WORK TASK: Copy out exactly the lines below that run from the one holding "f 10 156 155" to the one holding "f 145 169 143", keeping both of those lines and no others.

DATA RECORDS:
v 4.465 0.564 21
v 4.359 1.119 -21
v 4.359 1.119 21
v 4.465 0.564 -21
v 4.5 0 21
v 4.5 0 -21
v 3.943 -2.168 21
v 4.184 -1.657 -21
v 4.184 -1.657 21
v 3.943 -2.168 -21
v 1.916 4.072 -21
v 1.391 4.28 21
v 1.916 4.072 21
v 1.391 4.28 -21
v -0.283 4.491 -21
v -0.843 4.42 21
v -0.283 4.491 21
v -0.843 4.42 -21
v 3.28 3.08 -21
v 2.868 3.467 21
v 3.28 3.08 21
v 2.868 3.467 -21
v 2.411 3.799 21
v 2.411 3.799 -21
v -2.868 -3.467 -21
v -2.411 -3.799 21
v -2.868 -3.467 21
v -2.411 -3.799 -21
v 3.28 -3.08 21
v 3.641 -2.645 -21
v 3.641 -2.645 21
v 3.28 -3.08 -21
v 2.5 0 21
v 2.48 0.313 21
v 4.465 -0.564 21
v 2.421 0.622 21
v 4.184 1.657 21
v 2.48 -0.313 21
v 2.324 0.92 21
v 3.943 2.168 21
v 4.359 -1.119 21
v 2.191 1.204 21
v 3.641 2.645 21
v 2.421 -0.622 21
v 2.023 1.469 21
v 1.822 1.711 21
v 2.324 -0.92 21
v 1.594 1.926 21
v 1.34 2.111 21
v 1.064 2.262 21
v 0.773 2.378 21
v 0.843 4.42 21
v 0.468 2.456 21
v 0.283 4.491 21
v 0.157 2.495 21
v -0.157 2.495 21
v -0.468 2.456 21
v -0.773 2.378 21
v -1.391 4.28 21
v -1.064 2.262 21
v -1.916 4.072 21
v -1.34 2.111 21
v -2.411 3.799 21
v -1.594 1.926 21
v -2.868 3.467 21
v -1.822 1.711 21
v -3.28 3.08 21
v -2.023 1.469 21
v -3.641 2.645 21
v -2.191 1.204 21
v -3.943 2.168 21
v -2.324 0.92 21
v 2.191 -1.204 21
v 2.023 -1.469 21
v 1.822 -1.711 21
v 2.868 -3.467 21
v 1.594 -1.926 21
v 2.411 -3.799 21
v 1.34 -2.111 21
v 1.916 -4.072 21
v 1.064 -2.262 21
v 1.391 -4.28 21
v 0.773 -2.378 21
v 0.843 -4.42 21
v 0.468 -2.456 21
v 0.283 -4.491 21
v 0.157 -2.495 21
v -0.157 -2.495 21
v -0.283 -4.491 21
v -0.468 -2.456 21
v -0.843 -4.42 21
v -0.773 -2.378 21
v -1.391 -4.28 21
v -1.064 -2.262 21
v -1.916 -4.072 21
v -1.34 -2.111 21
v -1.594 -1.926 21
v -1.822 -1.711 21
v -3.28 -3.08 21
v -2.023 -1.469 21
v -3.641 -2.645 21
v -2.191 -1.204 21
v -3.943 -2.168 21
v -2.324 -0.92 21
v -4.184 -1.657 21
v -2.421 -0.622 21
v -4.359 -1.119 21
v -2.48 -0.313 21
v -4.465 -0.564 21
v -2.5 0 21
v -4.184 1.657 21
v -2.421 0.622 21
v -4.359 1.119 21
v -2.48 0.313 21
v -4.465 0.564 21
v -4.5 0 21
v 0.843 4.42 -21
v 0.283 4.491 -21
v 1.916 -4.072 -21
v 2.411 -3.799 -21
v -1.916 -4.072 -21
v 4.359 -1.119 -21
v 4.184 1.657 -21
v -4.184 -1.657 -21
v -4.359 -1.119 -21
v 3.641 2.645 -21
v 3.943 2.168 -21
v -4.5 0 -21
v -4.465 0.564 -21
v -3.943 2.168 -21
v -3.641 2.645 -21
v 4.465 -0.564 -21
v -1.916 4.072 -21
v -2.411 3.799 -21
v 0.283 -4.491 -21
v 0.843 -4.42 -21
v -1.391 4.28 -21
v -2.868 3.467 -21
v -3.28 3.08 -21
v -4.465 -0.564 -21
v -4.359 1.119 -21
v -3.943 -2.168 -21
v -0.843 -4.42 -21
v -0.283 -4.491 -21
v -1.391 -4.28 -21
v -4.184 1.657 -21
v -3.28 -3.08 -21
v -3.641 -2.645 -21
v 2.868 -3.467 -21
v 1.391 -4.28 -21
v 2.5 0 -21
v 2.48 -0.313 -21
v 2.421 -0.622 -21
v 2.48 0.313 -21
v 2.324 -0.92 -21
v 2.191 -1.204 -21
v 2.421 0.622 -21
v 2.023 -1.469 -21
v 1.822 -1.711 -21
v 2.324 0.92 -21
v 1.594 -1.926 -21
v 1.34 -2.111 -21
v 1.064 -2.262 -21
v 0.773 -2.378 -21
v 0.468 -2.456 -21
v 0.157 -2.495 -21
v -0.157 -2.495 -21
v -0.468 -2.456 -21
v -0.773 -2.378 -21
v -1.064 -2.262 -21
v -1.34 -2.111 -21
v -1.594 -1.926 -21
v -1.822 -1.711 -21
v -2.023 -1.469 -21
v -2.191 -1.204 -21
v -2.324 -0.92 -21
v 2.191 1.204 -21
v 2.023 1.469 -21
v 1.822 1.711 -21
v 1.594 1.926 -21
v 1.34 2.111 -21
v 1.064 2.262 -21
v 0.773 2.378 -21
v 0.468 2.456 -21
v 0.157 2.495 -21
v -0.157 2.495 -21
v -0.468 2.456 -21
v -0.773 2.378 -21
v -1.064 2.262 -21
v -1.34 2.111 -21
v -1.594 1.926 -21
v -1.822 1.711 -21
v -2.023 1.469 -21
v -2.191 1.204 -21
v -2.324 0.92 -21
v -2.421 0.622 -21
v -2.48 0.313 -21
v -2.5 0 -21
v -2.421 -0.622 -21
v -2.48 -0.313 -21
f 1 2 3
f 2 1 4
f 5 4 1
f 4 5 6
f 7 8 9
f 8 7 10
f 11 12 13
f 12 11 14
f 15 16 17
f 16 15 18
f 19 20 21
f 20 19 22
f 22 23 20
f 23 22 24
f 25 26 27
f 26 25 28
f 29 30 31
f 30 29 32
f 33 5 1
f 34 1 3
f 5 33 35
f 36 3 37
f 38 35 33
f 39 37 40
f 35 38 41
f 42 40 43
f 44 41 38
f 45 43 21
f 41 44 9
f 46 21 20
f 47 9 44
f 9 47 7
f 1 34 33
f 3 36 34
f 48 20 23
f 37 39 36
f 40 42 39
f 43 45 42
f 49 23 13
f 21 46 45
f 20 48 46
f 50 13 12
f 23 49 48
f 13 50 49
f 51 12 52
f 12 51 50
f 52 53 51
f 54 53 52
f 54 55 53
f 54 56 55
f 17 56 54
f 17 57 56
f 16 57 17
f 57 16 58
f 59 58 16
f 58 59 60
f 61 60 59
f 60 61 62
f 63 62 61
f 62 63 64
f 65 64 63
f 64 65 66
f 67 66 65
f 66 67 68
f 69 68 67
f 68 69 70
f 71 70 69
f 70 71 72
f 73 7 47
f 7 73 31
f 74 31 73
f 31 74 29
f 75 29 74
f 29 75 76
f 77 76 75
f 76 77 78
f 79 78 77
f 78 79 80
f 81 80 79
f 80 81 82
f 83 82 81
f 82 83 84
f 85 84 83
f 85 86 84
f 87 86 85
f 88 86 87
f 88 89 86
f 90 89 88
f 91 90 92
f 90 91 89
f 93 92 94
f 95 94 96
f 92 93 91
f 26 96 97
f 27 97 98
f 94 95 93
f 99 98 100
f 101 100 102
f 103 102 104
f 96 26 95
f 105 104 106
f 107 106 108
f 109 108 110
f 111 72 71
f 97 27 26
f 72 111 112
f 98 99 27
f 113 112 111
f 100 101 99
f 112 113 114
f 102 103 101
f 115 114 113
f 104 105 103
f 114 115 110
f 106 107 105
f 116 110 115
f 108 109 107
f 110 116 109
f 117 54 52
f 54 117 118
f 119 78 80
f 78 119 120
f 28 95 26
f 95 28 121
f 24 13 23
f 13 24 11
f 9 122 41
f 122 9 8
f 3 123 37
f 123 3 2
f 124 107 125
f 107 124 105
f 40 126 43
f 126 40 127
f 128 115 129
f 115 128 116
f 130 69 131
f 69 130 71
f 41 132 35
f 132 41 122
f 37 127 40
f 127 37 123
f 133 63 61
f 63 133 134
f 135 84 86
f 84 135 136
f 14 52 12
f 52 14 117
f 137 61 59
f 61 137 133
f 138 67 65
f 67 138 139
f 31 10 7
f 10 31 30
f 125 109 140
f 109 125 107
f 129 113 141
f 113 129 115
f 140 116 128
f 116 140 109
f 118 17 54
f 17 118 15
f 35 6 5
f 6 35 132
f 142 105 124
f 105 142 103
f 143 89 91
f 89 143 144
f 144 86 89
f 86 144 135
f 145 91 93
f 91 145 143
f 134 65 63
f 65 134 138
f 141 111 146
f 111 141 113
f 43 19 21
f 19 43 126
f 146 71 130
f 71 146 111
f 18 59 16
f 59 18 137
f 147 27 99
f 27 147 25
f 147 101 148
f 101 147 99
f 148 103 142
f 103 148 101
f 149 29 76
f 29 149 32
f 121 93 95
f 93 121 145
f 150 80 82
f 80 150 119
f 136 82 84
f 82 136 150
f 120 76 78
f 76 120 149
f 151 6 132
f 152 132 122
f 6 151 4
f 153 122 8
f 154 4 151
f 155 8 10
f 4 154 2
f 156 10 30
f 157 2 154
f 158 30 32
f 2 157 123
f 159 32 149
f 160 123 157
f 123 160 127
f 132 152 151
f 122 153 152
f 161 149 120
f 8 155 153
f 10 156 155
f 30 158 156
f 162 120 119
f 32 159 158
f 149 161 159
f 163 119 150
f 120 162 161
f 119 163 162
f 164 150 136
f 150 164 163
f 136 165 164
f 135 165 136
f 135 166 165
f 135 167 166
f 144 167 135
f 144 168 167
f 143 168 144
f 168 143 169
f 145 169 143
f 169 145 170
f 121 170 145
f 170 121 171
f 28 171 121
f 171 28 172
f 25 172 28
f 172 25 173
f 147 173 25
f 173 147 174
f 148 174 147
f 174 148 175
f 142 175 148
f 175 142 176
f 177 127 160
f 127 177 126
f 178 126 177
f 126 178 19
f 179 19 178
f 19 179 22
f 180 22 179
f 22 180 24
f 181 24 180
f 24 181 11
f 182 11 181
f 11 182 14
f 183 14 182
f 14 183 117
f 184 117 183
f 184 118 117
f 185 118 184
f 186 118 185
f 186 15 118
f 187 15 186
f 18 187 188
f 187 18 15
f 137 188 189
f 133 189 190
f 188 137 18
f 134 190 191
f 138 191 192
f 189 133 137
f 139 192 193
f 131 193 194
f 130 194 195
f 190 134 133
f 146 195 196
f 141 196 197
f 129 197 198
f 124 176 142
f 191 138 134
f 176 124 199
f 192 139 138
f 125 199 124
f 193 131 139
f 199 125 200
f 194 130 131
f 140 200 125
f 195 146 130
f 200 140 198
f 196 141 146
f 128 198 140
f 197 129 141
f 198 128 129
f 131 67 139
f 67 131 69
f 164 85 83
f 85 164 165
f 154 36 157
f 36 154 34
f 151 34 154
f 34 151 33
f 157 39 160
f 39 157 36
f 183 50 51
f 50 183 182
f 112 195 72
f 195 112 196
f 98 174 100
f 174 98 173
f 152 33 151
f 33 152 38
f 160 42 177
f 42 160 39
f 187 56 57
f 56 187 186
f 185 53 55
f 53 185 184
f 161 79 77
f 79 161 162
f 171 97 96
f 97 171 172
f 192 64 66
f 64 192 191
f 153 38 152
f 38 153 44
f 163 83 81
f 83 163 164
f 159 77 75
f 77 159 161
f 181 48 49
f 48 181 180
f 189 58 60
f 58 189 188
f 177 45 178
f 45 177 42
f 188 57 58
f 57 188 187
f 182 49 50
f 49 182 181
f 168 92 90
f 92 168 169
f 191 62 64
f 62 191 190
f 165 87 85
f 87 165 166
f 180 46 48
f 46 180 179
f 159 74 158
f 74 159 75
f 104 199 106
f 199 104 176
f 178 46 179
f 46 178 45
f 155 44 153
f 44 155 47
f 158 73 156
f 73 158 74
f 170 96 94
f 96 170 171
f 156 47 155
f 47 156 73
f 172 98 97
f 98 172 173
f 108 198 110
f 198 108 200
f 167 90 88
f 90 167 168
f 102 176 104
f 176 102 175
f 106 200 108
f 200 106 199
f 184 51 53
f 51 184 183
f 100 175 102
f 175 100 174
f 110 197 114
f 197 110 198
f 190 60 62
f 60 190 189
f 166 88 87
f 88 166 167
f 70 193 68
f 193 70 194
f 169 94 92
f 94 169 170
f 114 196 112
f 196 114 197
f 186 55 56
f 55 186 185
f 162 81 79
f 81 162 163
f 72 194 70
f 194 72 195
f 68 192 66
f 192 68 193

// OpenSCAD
$fn = 50;


difference() {
	union() {
		translate(v = [0, 0, -21.0000000000]) {
			cylinder(h = 42, r = 4.5000000000);
		}
	}
	union() {
		translate(v = [0, 0, -100.0000000000]) {
			cylinder(h = 200, r = 2.5000000000);
		}
	}
}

OUTPUT:
f 10 156 155
f 30 158 156
f 162 120 119
f 32 159 158
f 149 161 159
f 163 119 150
f 120 162 161
f 119 163 162
f 164 150 136
f 150 164 163
f 136 165 164
f 135 165 136
f 135 166 165
f 135 167 166
f 144 167 135
f 144 168 167
f 143 168 144
f 168 143 169
f 145 169 143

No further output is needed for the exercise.